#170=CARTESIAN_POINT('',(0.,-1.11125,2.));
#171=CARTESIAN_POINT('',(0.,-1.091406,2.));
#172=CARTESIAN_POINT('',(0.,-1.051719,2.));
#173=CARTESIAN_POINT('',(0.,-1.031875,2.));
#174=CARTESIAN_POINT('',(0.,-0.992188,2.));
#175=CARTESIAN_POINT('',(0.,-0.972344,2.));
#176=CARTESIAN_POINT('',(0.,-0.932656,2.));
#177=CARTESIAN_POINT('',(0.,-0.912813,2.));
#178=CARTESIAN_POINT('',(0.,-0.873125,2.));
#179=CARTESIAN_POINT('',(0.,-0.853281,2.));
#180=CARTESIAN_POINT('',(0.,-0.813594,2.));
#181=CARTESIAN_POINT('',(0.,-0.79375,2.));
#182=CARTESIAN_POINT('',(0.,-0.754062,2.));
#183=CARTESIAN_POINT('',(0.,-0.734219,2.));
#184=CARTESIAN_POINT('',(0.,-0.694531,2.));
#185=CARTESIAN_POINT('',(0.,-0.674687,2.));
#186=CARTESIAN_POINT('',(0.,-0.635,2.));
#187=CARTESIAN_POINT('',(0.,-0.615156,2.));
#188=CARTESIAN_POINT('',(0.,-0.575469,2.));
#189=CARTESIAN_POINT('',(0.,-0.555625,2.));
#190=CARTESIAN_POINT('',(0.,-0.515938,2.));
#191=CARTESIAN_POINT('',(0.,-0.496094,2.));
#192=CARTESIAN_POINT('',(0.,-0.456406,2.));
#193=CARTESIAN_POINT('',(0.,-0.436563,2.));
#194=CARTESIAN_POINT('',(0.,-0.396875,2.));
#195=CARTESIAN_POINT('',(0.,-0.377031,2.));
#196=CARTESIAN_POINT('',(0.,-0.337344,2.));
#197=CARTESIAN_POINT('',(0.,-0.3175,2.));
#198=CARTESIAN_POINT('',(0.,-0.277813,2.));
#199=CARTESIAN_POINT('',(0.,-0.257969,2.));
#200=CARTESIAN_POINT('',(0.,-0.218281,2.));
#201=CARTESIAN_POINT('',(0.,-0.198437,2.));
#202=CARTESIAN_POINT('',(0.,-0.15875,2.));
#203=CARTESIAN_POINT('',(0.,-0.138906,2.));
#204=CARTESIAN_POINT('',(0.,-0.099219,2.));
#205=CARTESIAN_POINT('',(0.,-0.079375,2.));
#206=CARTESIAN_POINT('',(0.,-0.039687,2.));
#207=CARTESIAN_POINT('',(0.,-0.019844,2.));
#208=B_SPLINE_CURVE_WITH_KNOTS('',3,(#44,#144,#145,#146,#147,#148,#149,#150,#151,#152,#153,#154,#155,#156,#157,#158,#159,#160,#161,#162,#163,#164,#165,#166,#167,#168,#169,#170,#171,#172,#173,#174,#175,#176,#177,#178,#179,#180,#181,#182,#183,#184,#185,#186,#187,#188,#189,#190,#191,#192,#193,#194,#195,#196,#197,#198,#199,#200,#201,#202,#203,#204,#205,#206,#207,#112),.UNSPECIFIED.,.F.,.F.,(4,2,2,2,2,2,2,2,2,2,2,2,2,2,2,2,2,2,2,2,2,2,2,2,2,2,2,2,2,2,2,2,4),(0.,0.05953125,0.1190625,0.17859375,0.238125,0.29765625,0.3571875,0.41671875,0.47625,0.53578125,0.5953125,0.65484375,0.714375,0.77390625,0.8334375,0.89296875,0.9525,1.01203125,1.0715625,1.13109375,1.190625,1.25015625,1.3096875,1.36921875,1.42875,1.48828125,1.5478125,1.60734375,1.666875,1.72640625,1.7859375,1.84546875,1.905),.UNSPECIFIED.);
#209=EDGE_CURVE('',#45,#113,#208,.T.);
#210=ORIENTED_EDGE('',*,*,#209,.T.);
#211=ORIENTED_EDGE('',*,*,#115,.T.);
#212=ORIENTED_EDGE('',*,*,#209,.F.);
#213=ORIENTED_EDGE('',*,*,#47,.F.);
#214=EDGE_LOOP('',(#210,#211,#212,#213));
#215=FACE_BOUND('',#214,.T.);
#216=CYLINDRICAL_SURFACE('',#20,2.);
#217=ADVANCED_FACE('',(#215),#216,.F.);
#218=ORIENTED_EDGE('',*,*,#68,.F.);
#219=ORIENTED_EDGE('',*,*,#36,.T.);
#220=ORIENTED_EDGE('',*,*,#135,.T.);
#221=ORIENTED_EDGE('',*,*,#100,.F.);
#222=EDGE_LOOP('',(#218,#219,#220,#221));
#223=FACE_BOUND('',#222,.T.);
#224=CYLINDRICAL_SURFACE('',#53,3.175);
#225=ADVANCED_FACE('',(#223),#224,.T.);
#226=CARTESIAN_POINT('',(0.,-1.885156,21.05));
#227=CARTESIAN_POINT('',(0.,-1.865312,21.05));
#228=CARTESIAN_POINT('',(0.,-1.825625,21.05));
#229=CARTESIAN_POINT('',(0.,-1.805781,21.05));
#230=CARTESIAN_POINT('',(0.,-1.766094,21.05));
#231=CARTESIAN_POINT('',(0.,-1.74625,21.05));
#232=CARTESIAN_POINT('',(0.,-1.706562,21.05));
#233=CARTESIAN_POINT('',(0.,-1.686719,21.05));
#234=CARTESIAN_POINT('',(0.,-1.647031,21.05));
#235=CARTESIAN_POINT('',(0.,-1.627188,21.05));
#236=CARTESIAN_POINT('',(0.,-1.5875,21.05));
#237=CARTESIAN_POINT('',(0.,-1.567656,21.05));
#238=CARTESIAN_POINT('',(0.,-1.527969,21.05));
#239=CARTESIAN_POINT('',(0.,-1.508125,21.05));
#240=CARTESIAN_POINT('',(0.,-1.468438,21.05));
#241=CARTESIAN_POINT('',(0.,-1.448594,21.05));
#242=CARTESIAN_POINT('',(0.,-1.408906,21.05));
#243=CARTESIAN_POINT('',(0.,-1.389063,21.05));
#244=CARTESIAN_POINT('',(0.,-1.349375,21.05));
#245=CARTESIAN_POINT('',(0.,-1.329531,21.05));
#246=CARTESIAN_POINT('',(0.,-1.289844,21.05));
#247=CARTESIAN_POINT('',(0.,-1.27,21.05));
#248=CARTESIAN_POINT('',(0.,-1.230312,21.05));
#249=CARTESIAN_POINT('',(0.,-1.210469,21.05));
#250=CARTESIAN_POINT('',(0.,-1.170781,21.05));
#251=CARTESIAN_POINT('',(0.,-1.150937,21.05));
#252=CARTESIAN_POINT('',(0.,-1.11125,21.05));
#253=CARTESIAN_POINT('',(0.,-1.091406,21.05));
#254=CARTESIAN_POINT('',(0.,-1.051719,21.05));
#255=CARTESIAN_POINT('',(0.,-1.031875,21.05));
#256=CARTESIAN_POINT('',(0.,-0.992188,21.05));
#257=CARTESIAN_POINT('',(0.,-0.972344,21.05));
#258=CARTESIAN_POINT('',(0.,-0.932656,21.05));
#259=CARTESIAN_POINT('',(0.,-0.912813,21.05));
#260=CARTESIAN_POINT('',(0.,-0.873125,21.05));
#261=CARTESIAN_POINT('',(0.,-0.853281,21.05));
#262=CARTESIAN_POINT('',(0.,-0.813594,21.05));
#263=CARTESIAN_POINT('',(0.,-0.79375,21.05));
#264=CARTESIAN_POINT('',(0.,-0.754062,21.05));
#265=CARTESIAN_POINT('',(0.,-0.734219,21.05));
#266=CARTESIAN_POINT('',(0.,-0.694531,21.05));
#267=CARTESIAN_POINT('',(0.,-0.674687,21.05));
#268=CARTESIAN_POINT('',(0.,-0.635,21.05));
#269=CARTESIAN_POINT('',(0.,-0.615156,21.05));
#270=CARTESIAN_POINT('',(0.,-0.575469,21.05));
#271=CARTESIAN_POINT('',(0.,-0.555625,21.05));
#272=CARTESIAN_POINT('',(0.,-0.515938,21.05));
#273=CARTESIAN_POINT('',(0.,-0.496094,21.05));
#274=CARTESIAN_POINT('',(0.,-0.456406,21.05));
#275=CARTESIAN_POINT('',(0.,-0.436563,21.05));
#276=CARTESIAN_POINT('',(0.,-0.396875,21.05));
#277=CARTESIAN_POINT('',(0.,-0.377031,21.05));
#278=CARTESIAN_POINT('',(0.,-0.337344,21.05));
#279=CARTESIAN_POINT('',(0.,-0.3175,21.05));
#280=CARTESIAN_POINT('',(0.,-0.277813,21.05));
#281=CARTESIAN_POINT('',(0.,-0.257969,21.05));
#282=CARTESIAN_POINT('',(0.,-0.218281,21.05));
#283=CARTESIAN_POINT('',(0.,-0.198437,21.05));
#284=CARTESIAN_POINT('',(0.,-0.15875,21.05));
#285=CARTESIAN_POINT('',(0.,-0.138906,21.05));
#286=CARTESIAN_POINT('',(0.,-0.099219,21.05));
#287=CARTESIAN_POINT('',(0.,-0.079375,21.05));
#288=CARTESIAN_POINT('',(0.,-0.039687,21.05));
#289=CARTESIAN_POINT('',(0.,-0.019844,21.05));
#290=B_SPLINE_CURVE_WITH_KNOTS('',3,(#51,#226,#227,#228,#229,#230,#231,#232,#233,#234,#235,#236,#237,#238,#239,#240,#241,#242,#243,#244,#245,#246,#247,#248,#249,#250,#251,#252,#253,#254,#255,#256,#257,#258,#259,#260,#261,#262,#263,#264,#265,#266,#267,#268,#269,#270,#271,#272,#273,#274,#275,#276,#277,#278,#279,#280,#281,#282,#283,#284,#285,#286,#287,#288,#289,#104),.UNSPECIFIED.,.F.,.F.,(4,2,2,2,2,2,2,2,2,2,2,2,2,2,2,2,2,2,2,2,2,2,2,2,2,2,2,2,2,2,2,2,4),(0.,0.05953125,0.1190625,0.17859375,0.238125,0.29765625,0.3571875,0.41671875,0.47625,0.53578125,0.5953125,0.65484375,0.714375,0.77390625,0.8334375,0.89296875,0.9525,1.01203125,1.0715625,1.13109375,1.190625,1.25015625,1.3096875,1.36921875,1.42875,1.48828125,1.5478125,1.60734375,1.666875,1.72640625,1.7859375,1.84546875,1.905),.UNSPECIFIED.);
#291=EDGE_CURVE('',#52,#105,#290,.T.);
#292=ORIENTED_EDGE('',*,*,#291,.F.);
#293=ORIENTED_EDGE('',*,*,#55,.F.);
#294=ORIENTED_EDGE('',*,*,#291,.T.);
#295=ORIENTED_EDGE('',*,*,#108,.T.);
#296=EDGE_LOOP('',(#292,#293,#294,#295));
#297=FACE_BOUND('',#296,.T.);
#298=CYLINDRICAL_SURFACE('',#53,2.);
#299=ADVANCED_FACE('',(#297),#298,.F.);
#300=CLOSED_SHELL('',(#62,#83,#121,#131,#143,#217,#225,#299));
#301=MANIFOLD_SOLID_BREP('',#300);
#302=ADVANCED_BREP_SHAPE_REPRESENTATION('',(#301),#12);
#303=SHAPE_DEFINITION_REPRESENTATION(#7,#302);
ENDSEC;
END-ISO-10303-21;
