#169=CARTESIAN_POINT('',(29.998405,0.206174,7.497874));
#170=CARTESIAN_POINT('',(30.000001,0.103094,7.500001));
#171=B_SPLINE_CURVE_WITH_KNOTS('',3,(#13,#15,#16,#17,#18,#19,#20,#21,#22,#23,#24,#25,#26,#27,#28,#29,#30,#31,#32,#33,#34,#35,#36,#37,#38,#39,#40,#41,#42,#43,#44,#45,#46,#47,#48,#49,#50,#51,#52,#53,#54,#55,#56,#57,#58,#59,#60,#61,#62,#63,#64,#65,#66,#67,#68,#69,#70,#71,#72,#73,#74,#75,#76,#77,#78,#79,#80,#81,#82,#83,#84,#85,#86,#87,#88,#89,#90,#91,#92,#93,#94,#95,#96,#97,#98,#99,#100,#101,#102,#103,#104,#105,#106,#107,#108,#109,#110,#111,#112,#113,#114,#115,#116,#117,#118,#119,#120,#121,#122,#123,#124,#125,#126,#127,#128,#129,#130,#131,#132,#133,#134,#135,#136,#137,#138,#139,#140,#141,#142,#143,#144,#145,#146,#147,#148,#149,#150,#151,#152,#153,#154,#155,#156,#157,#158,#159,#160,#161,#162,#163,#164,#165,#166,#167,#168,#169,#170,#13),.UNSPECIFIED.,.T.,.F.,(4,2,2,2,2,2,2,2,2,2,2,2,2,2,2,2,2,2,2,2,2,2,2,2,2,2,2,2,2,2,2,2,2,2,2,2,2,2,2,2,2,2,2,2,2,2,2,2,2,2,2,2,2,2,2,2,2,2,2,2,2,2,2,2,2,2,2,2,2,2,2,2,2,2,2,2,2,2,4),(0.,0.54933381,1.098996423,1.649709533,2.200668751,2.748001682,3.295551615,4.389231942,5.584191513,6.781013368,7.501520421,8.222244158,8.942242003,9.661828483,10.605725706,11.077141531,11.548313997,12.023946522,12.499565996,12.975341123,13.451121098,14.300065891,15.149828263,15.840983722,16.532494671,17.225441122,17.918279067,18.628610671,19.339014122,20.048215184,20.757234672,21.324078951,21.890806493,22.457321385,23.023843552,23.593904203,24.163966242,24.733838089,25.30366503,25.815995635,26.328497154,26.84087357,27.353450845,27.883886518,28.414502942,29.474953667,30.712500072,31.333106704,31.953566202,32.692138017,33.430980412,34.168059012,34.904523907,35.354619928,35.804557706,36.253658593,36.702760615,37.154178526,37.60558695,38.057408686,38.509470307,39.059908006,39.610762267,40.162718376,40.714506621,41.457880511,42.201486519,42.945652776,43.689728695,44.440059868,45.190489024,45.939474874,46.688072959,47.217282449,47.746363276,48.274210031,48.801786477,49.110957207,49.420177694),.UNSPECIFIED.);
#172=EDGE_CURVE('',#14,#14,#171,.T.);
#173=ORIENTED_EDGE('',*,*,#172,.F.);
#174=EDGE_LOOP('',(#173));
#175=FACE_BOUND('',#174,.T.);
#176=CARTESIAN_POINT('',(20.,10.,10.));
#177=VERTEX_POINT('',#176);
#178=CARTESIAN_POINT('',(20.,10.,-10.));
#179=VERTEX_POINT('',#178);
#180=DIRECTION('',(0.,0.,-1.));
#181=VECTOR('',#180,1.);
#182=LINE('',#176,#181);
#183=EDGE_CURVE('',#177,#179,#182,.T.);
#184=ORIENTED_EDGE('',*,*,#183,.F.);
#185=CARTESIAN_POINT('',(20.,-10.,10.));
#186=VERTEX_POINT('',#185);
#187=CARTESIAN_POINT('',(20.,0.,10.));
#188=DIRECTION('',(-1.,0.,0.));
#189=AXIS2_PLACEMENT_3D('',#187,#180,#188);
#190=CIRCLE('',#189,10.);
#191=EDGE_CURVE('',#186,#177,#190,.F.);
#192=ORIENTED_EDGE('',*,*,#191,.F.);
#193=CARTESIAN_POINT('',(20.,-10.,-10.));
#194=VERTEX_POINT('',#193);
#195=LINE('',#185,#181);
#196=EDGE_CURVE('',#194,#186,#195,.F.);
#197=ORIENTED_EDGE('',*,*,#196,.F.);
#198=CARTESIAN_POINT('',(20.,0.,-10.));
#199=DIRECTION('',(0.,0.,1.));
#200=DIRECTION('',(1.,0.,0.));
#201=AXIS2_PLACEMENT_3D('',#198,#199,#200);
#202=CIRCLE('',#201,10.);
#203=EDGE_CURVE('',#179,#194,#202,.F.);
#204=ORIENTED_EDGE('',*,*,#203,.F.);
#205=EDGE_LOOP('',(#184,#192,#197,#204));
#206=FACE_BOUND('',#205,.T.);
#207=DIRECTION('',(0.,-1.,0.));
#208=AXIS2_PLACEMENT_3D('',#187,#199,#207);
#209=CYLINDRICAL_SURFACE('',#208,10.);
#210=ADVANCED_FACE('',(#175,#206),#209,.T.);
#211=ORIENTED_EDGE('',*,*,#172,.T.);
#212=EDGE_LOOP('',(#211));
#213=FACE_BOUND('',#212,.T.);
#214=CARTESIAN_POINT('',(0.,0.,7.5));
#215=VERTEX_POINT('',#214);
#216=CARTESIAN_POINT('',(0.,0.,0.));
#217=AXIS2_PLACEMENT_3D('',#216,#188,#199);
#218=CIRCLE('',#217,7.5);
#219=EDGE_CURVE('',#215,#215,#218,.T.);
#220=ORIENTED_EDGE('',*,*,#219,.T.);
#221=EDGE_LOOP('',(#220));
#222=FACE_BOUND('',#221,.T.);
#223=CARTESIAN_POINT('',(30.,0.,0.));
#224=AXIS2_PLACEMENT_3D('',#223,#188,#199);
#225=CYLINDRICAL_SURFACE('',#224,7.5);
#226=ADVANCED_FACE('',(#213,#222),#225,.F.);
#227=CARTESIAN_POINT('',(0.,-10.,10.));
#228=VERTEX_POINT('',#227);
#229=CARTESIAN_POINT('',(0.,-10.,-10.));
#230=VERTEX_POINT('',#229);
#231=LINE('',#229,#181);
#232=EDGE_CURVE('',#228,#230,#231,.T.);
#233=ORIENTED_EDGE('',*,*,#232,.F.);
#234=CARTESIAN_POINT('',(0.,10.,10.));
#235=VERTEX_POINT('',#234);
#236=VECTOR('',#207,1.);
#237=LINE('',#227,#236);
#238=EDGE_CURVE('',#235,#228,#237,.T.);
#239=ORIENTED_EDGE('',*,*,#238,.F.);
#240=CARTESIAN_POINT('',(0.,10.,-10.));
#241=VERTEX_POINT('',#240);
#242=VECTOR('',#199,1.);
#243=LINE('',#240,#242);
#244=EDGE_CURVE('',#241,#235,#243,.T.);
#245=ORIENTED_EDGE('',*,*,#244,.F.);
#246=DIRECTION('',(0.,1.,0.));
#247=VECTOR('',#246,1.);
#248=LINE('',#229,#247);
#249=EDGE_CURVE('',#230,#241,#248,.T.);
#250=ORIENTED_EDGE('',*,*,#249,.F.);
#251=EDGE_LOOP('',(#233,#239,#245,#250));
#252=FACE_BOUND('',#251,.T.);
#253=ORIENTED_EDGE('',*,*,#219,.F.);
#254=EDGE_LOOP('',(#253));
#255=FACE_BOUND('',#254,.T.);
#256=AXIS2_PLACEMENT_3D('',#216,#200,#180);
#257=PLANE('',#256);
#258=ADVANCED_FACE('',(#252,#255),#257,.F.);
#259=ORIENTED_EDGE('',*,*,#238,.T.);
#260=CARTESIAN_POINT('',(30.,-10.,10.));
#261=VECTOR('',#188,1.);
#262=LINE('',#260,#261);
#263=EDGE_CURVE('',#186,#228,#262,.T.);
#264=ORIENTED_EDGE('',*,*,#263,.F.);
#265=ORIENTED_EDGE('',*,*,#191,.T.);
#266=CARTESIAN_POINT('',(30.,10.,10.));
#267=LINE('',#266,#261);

- _To do_
All lines from the one containing "#254=EDGE_LOOP('',(#253));" through the end of the records, both ends included, are to be quoted exactly; please add nothing else.

- _Exercise answer_
#254=EDGE_LOOP('',(#253));
#255=FACE_BOUND('',#254,.T.);
#256=AXIS2_PLACEMENT_3D('',#216,#200,#180);
#257=PLANE('',#256);
#258=ADVANCED_FACE('',(#252,#255),#257,.F.);
#259=ORIENTED_EDGE('',*,*,#238,.T.);
#260=CARTESIAN_POINT('',(30.,-10.,10.));
#261=VECTOR('',#188,1.);
#262=LINE('',#260,#261);
#263=EDGE_CURVE('',#186,#228,#262,.T.);
#264=ORIENTED_EDGE('',*,*,#263,.F.);
#265=ORIENTED_EDGE('',*,*,#191,.T.);
#266=CARTESIAN_POINT('',(30.,10.,10.));
#267=LINE('',#266,#261);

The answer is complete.